本格的に営業活動に出るまでに、約30名程の先輩営業全てに同行研修をした。

それは基本的に見て盗むやり方だった。そして営業同行を終えたあとは、私の入社した会社ではそのまま野に放たれ新規開拓営業、つまり飛び込み営業を行い仕事を取ってくることになるのだ。

同行した多くの先輩が印象に残っている。

仕事よりもサッカーが好きで、毎日サッカーウェアで通勤し、スーツを別に持ってくる高田さん。彼はサッカーのために体力をつける目的で約50kmの距離を毎日自転車で通勤していた。雨の日もだ。

全身緑色系統や(もちろん濃淡はある)のシャツ、ネクタイ、スラックスで出社する港さん。

小林旭に憧れがあり、彼と同じような髪型、服装をしている市川さん。
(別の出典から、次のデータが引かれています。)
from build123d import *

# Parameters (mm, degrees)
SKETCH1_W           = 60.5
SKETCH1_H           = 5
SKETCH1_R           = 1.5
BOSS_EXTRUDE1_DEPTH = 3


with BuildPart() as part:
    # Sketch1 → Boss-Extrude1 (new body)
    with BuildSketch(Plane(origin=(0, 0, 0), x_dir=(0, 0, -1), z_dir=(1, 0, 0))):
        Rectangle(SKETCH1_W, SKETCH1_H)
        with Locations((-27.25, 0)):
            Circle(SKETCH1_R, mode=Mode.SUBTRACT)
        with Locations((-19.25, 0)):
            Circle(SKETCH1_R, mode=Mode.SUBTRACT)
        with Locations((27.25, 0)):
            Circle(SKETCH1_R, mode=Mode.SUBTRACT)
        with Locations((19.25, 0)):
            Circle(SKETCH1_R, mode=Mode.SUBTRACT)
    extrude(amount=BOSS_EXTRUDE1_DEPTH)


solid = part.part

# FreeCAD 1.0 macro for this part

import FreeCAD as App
import Part
import Sketcher
Q = App.Units.Quantity

doc = App.newDocument("Part")
params = doc.addObject("Spreadsheet::Sheet", "Params")
for row, (alias, value) in enumerate([
    ("sketch1_diameter", "3 mm"),
    ("sketch1_width", "5 mm"),
    ("sketch1_height", "60.5 mm"),
    ("pad1_length", "3 mm"),
], start=1):
    params.set(f"A{row}", alias)
    params.set(f"B{row}", "=" + value)
    params.setAlias(f"B{row}", alias)

body = doc.addObject("PartDesign::Body", "Body")

# Sketch on YZ plane
sketch1 = doc.addObject("Sketcher::SketchObject", "Sketch")
body.addObject(sketch1)
sketch1.AttachmentSupport = (doc.YZ_Plane, [""])
sketch1.MapMode = "FlatFace"
sketch1.addGeometry(Part.LineSegment(App.Vector(2.5, 30.2, 0), App.Vector(-2.5, 30.2, 0)), False)
sketch1.addGeometry(Part.LineSegment(App.Vector(-2.5, 30.2, 0), App.Vector(-2.5, -30.2, 0)), False)
sketch1.addGeometry(Part.LineSegment(App.Vector(-2.5, -30.2, 0), App.Vector(2.5, -30.2, 0)), False)
sketch1.addGeometry(Part.LineSegment(App.Vector(2.5, -30.2, 0), App.Vector(2.5, 30.2, 0)), False)
sketch1.addGeometry(Part.Circle(App.Vector(0, 27.2, 0), App.Vector(0, 0, 1), 1.5), False)
sketch1.addGeometry(Part.Circle(App.Vector(0, 19.2, 0), App.Vector(0, 0, 1), 1.5), False)
sketch1.addGeometry(Part.Circle(App.Vector(0, -19.2, 0), App.Vector(0, 0, 1), 1.5), False)
sketch1.addGeometry(Part.Circle(App.Vector(0, -27.2, 0), App.Vector(0, 0, 1), 1.5), False)
sketch1.addConstraint(Sketcher.Constraint("Coincident", 0, 2, 1, 1))
sketch1.addConstraint(Sketcher.Constraint("Coincident", 1, 2, 2, 1))
sketch1.addConstraint(Sketcher.Constraint("Coincident", 2, 2, 3, 1))
sketch1.addConstraint(Sketcher.Constraint("Coincident", 3, 2, 0, 1))
sketch1.addConstraint(Sketcher.Constraint("Horizontal", 0))
sketch1.addConstraint(Sketcher.Constraint("Vertical", 1))
sketch1.addConstraint(Sketcher.Constraint("Horizontal", 2))
sketch1.addConstraint(Sketcher.Constraint("Vertical", 3))
sketch1.addConstraint(Sketcher.Constraint("Equal", 4, 5))
sketch1.addConstraint(Sketcher.Constraint("Equal", 5, 6))
sketch1.addConstraint(Sketcher.Constraint("Equal", 6, 7))
sketch1.addConstraint(Sketcher.Constraint("Symmetric", 5, 3, 6, 3, -1, 1))
sketch1.addConstraint(Sketcher.Constraint("Symmetric", 4, 3, 7, 3, -1, 1))
sketch1.addConstraint(Sketcher.Constraint("Symmetric", 0, 2, 2, 2, -1, 1))
sketch1.addConstraint(Sketcher.Constraint("PointOnObject", 4, 3, -2))
sketch1.addConstraint(Sketcher.Constraint("PointOnObject", 5, 3, -2))
sketch1.addConstraint(Sketcher.Constraint("Diameter", 4, Q("3 mm")))
sketch1.addConstraint(Sketcher.Constraint("DistanceX", 0, 2, 0, 1, Q("5 mm")))
sketch1.addConstraint(Sketcher.Constraint("DistanceY", 1, 2, 1, 1, Q("60.5 mm")))
sketch1.addConstraint(Sketcher.Constraint("DistanceY", 5, 3, 4, 3, Q("8 mm")))
sketch1.addConstraint(Sketcher.Constraint("DistanceY", 4, 3, 0, 2, Q("3 mm")))
sketch1.setExpression("Constraints[16]", "Params.sketch1_diameter")
sketch1.setExpression("Constraints[17]", "Params.sketch1_width")
sketch1.setExpression("Constraints[18]", "Params.sketch1_height")
pad1 = doc.addObject("PartDesign::Pad", "Pad")
body.addObject(pad1)
pad1.Profile = sketch1
pad1.setExpression("Length", "Params.pad1_length")

doc.recompute()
彼にはよくスナックに連れて行かれた。行きつけのスナックが何件かあるが、どこも品の良く物静かな店で居心地がよく、同期の荻窪と2人で行ってみたことがあったが、とても良く、いや、優しくしてくれた。

市川さんの一番お気に入りは鉄板もあり、お好み焼きも出してくれる店だ。

お好み焼きは関西式で、しっかりと火は通っているがあえてふわっとというか柔らかさを残している。そうした固めきらないお好み焼きはよくとられた鰹出汁の風味が残る。それが旨味を引き出し、お好み焼きソースによく合い、ビールがよく進む。この店は冷蔵庫に入った瓶ビールを自分で出してお会計の際に本数を数えてもらうのだが、市川さんと二人で5−6本は飲むこともよくあった。

この店に市川さんと一緒に行くと、必ず市川さんだけのサービスとして、冷やしトマトをお皿いっぱいに出してくれる。マヨネーズもあったが、塩も一緒に出してくれる。
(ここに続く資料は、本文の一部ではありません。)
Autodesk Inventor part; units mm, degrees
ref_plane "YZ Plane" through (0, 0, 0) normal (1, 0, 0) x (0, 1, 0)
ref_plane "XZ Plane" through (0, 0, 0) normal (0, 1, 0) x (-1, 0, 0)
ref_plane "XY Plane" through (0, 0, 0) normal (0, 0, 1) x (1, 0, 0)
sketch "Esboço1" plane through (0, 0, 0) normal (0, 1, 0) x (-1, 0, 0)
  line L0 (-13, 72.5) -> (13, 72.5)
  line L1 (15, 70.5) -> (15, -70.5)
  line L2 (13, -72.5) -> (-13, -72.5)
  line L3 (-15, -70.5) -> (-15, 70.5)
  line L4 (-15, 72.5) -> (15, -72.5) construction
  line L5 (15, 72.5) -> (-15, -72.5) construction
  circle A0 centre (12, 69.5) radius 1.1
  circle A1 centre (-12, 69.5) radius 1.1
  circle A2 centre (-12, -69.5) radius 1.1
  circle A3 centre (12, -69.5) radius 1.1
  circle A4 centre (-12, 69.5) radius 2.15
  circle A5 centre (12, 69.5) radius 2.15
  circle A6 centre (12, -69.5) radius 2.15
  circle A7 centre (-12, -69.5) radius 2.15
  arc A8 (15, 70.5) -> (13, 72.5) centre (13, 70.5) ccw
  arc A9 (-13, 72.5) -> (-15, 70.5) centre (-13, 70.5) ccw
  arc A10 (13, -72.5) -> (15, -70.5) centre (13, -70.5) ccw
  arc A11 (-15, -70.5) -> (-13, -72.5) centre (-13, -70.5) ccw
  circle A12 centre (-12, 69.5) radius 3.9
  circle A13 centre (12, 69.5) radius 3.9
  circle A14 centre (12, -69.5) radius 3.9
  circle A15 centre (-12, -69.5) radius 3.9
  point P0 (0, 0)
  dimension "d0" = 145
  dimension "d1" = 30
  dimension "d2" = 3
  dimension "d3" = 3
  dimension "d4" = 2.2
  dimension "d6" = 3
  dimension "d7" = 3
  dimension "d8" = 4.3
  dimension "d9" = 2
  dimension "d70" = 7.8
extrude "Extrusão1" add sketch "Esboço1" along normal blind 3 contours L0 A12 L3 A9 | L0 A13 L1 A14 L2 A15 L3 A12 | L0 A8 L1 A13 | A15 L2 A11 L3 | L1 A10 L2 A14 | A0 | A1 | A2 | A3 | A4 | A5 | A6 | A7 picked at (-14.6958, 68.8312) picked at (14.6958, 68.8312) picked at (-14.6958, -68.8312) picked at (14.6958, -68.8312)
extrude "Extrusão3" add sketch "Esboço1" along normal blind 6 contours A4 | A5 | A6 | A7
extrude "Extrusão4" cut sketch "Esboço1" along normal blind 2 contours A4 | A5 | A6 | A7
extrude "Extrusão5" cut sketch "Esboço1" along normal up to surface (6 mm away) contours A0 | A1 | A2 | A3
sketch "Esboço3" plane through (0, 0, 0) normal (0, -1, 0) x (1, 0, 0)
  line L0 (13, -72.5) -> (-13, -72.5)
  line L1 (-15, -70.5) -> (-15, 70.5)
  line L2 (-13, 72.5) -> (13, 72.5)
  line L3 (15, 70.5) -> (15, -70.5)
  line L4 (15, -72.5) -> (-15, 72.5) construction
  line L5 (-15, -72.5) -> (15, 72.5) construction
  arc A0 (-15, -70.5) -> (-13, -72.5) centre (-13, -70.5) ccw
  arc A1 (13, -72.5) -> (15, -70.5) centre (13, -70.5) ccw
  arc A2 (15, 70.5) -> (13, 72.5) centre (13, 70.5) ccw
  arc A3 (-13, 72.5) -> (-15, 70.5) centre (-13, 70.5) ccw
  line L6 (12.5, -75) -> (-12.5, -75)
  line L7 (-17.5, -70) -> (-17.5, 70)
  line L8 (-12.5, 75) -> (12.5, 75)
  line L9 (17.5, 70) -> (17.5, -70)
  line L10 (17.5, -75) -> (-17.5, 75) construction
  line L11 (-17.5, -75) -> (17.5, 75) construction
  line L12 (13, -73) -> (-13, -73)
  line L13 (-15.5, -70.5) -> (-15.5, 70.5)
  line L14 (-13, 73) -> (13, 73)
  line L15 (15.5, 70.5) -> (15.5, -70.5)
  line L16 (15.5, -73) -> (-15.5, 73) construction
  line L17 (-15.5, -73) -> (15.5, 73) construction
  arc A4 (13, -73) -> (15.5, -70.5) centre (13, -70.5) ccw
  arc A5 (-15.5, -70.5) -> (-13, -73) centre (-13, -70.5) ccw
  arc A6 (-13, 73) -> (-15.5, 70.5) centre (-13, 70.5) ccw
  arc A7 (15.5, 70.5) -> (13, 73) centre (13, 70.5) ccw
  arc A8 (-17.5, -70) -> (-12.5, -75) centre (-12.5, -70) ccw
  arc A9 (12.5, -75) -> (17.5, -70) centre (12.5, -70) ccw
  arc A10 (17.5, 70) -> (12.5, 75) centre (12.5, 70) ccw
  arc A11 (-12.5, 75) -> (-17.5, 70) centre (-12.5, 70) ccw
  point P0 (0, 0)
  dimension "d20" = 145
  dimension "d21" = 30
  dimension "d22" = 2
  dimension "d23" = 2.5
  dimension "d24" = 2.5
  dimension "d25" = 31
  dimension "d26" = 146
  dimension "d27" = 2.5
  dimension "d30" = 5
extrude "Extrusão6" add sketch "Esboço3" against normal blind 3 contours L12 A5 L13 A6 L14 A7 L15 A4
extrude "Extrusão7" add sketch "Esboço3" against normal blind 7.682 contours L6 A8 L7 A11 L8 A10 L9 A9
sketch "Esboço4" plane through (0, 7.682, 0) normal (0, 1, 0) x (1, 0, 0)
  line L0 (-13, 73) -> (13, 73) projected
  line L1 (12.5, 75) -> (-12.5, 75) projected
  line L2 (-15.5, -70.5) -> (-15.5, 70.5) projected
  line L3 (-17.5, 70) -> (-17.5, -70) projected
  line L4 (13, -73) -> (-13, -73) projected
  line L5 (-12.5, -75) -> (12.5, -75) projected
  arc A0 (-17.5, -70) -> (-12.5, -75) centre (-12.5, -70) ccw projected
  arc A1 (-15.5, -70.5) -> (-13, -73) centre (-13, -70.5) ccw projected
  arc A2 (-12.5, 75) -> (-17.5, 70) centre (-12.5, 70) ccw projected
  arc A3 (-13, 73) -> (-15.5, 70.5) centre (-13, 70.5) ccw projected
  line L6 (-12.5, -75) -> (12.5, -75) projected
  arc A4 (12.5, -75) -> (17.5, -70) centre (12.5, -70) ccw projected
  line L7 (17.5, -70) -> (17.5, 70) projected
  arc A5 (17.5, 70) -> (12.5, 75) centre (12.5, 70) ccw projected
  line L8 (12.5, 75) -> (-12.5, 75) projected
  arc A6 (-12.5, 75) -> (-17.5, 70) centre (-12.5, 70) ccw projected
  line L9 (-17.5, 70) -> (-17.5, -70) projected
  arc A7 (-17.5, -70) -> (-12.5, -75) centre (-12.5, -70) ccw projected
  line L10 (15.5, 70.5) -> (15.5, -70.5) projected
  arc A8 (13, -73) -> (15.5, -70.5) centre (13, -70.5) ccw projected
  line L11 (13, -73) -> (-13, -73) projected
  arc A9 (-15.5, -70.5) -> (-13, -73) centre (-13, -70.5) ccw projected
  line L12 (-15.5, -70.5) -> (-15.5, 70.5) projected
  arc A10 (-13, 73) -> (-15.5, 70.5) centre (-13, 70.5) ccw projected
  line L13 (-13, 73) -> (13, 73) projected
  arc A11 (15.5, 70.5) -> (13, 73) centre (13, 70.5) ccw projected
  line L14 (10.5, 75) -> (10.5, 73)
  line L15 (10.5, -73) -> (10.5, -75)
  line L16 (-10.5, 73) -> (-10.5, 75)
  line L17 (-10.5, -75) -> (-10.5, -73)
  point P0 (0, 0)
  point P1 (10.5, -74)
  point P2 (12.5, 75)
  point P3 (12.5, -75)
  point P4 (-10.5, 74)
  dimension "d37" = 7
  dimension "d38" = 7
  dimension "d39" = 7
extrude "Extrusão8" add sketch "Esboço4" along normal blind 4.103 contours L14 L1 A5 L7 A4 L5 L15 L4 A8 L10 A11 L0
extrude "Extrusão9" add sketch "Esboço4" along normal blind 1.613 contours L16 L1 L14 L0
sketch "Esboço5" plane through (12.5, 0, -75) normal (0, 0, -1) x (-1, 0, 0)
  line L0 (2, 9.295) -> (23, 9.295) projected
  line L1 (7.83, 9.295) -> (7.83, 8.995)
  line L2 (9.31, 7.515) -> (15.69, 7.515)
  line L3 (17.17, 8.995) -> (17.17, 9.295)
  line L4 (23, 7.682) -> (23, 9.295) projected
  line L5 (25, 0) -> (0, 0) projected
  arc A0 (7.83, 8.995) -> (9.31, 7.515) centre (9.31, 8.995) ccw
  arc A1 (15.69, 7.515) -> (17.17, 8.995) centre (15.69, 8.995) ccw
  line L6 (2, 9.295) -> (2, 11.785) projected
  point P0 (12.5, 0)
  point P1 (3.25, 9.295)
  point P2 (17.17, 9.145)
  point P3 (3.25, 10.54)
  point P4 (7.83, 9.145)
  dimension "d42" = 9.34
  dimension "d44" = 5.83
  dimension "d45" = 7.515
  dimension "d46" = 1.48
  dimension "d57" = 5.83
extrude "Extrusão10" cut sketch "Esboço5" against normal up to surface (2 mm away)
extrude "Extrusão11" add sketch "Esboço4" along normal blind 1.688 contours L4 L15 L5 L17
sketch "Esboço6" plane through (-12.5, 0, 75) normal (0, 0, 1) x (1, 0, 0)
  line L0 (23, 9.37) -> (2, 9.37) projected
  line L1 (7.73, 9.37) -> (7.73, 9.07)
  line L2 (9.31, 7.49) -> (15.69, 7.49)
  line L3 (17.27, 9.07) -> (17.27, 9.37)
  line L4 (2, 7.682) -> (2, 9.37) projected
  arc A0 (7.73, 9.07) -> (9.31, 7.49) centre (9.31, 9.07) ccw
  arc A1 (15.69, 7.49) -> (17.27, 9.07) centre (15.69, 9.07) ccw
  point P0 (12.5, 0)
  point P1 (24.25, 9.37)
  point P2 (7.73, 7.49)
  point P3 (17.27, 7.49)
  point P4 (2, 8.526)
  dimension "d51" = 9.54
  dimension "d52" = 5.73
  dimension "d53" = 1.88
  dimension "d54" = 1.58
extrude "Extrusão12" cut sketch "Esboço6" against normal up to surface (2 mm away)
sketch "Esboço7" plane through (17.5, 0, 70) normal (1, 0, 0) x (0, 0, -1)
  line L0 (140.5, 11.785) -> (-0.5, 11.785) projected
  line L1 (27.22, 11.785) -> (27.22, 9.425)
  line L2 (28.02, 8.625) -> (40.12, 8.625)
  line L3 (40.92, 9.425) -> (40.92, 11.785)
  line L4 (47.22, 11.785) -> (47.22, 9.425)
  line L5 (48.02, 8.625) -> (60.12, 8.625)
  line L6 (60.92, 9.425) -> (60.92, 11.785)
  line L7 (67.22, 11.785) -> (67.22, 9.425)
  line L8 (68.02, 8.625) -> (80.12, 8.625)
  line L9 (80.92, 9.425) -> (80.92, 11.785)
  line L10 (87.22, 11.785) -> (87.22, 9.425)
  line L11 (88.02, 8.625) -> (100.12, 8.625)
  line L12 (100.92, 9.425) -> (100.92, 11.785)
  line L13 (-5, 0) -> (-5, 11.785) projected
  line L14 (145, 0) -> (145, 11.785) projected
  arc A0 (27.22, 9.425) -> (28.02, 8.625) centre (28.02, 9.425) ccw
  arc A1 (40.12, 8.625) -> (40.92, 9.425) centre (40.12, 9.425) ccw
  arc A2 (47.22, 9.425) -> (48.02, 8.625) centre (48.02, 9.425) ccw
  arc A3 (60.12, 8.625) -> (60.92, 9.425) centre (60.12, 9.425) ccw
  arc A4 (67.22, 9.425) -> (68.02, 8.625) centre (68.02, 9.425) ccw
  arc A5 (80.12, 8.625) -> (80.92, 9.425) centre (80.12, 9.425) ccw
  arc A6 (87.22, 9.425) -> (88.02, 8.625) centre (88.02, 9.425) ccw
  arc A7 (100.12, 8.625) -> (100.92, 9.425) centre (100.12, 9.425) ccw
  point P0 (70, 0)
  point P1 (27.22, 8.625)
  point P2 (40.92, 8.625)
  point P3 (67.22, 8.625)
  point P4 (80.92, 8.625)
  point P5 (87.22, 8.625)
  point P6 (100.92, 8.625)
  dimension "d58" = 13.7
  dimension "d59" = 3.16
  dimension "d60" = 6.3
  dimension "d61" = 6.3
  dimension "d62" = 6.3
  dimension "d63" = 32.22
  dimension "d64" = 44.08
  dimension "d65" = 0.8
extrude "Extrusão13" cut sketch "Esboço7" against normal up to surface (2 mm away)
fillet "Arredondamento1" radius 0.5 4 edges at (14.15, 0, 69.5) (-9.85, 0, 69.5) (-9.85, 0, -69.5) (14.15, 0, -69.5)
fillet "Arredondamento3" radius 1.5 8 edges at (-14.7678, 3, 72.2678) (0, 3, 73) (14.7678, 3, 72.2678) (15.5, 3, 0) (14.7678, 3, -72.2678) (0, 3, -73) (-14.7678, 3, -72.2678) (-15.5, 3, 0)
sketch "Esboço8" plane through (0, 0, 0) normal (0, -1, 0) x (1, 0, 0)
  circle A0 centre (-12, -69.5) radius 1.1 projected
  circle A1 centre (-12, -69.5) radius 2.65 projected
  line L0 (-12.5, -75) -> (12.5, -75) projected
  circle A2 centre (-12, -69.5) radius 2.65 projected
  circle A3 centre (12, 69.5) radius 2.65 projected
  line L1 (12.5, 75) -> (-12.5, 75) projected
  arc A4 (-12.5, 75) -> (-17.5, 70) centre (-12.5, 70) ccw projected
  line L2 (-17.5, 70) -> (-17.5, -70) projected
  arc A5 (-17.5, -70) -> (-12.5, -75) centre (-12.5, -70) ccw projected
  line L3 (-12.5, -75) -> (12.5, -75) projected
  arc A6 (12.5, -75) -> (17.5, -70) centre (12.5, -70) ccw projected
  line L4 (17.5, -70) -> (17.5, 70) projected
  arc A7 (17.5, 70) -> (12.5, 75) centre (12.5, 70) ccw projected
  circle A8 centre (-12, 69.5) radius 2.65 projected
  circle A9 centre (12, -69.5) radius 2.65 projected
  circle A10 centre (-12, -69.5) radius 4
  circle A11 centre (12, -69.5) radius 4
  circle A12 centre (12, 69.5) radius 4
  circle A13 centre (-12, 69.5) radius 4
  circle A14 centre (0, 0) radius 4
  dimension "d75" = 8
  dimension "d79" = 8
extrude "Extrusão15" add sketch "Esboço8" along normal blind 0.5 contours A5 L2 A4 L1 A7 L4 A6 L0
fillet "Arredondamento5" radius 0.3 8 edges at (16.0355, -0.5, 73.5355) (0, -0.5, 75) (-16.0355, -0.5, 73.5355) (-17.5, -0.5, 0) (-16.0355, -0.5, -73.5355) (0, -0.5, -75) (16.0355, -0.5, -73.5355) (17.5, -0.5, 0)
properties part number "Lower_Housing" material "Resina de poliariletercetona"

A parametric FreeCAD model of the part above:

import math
import FreeCAD as App
import Part
import Sketcher
from FreeCAD import Vector
Q = App.Units.Quantity


def edges_at(feature, points):
    """Names of the edges that pass closest to the given points."""
    edges = feature.Shape.Edges
    near = lambda p: min(range(len(edges)), key=lambda i: edges[i].distToShape(Part.Vertex(*p))[0])
    return sorted({f"Edge{near(p) + 1}" for p in points})


def add_polygon(sketch, points):
    """Adds a closed chain of lines whose ends are joined by coincident constraints."""
    first, n = sketch.GeometryCount, len(points)
    for a, b in zip(points, points[1:] + points[:1]):
        sketch.addGeometry(Part.LineSegment(App.Vector(*a, 0), App.Vector(*b, 0)), False)
    for i in range(n):
        sketch.addConstraint(Sketcher.Constraint("Coincident", first + i, 2, first + (i + 1) % n, 1))

doc = App.newDocument("Part")
params = doc.addObject("Spreadsheet::Sheet", "Params")
for row, (alias, value) in enumerate([
    ("sketch1_radius", "2 mm"),
    ("sketch1_height", "141 mm"),
    ("pad1_length", "3 mm"),
    ("sketch2_diameter", "4.3 mm"),
    ("sketch2_diameter2", "2.2 mm"),
    ("pad2_length", "6 mm"),
    ("sketch3_diameter", "4.3 mm"),
    ("sketch3_diameter2", "2.2 mm"),
    ("pocket1_length", "2 mm"),
    ("sketch4_diameter", "2.2 mm"),
    ("pocket2_length", "6 mm"),
    ("sketch5_radius", "2 mm"),
    ("sketch5_radius2", "2.5 mm"),
    ("sketch5_width", "26 mm"),
    ("sketch5_height", "141 mm"),
    ("pad3_length", "3 mm"),
    ("sketch6_radius", "5 mm"),
    ("sketch6_radius2", "2.5 mm"),
    ("pad4_length", "7.682 mm"),
    ("sketch7_radius", "5 mm"),
    ("sketch7_radius2", "2.5 mm"),
    ("sketch7_height", "141 mm"),
    ("sketch7_width", "2.5 mm"),
    ("pad5_length", "4.103 mm"),
    ("sketch8_width", "21 mm"),
    ("sketch8_height", "2 mm"),
    ("pad6_length", "1.613 mm"),
    ("sketch9_radius", "1.48 mm"),
    ("sketch9_width", "9.34 mm"),
    ("sketch9_height", "0.3 mm"),
    ("pocket3_length", "2 mm"),
    ("sketch10_width", "21 mm"),
    ("sketch10_height", "2 mm"),
    ("pad7_length", "1.688 mm"),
恥ずかしい話であるが、実は私は生トマトがこの時分まで苦手であった。ただ最初は親切に冷やしトマトを出してくれるお店の方の手前、いやいや食べていたのだが、そのうち冷たいトマトの味わいが、焼きたてのお好み焼きと、よく合うことに気が付き、今まで食べなかった分を取り返すようによく食べるようになった。

そして、確か5月の下旬ごろだったと思うが、実際に営業を開始することになった。

この私が入社した広告代理店は少しづつ仕事を振って慣れさせることは無く、新卒も先輩同様に飛び込み営業で仕事を取ってくることになる。もちろん別の会社の仲間と話す限り、できる仕事から与えていくやり方の会社も多い。

同期の荻窪は結果的に1年持たず辞めることになる(その間の受注は3件程度だった記憶がある)が、新卒とはいえ数字を作れない者は不要という雰囲気だった。これは本社や別支社には無いやり方だったようで、名古屋支社で最も力を持つ常務のやり方なのだろう。

この時は毎日のように「自分は使い捨てなのだろうか」ということを考え、またこの日々が永遠に続くかと思うと、何というか宇宙に置き去りにされている気分になった。

同期の荻窪ともよく話をしたが、彼も同様で、耐えきれなくなり辞めたのだ。

考えてみてほしい。新卒で経験知識ともに乏しい営業が飛び込み訪問に来て、数十万円の広告、いや数万円でもいいにお金を出すだろうか。私が担当者であれば、かなり厳しいと思う。

私からすると名古屋の全ての土地がわからないという点も厳しかった。

当時はスマートフォンも無いため、PCからGoogle Mapの結果を紙で印刷し訪問を決めた企業への道筋を確認していた。

また社用車はあったが、新卒は3年目くらいまで乗ってはいけないというルールが暗に出来ており、借りることはできない。社用車も当時しっかりと普及していたカーナビは付いていないのだが。

最初は新聞広告の資料やフリーペーパーの安価な商品の企画書を適当に見繕って鞄に入れ営業に出ていった記憶がある。

初日は前日に約30件ほど飛び込み営業をする先を調べ、Google MAPを印刷し、ホワイトボードに帰社日と行き先を記載し社を出た。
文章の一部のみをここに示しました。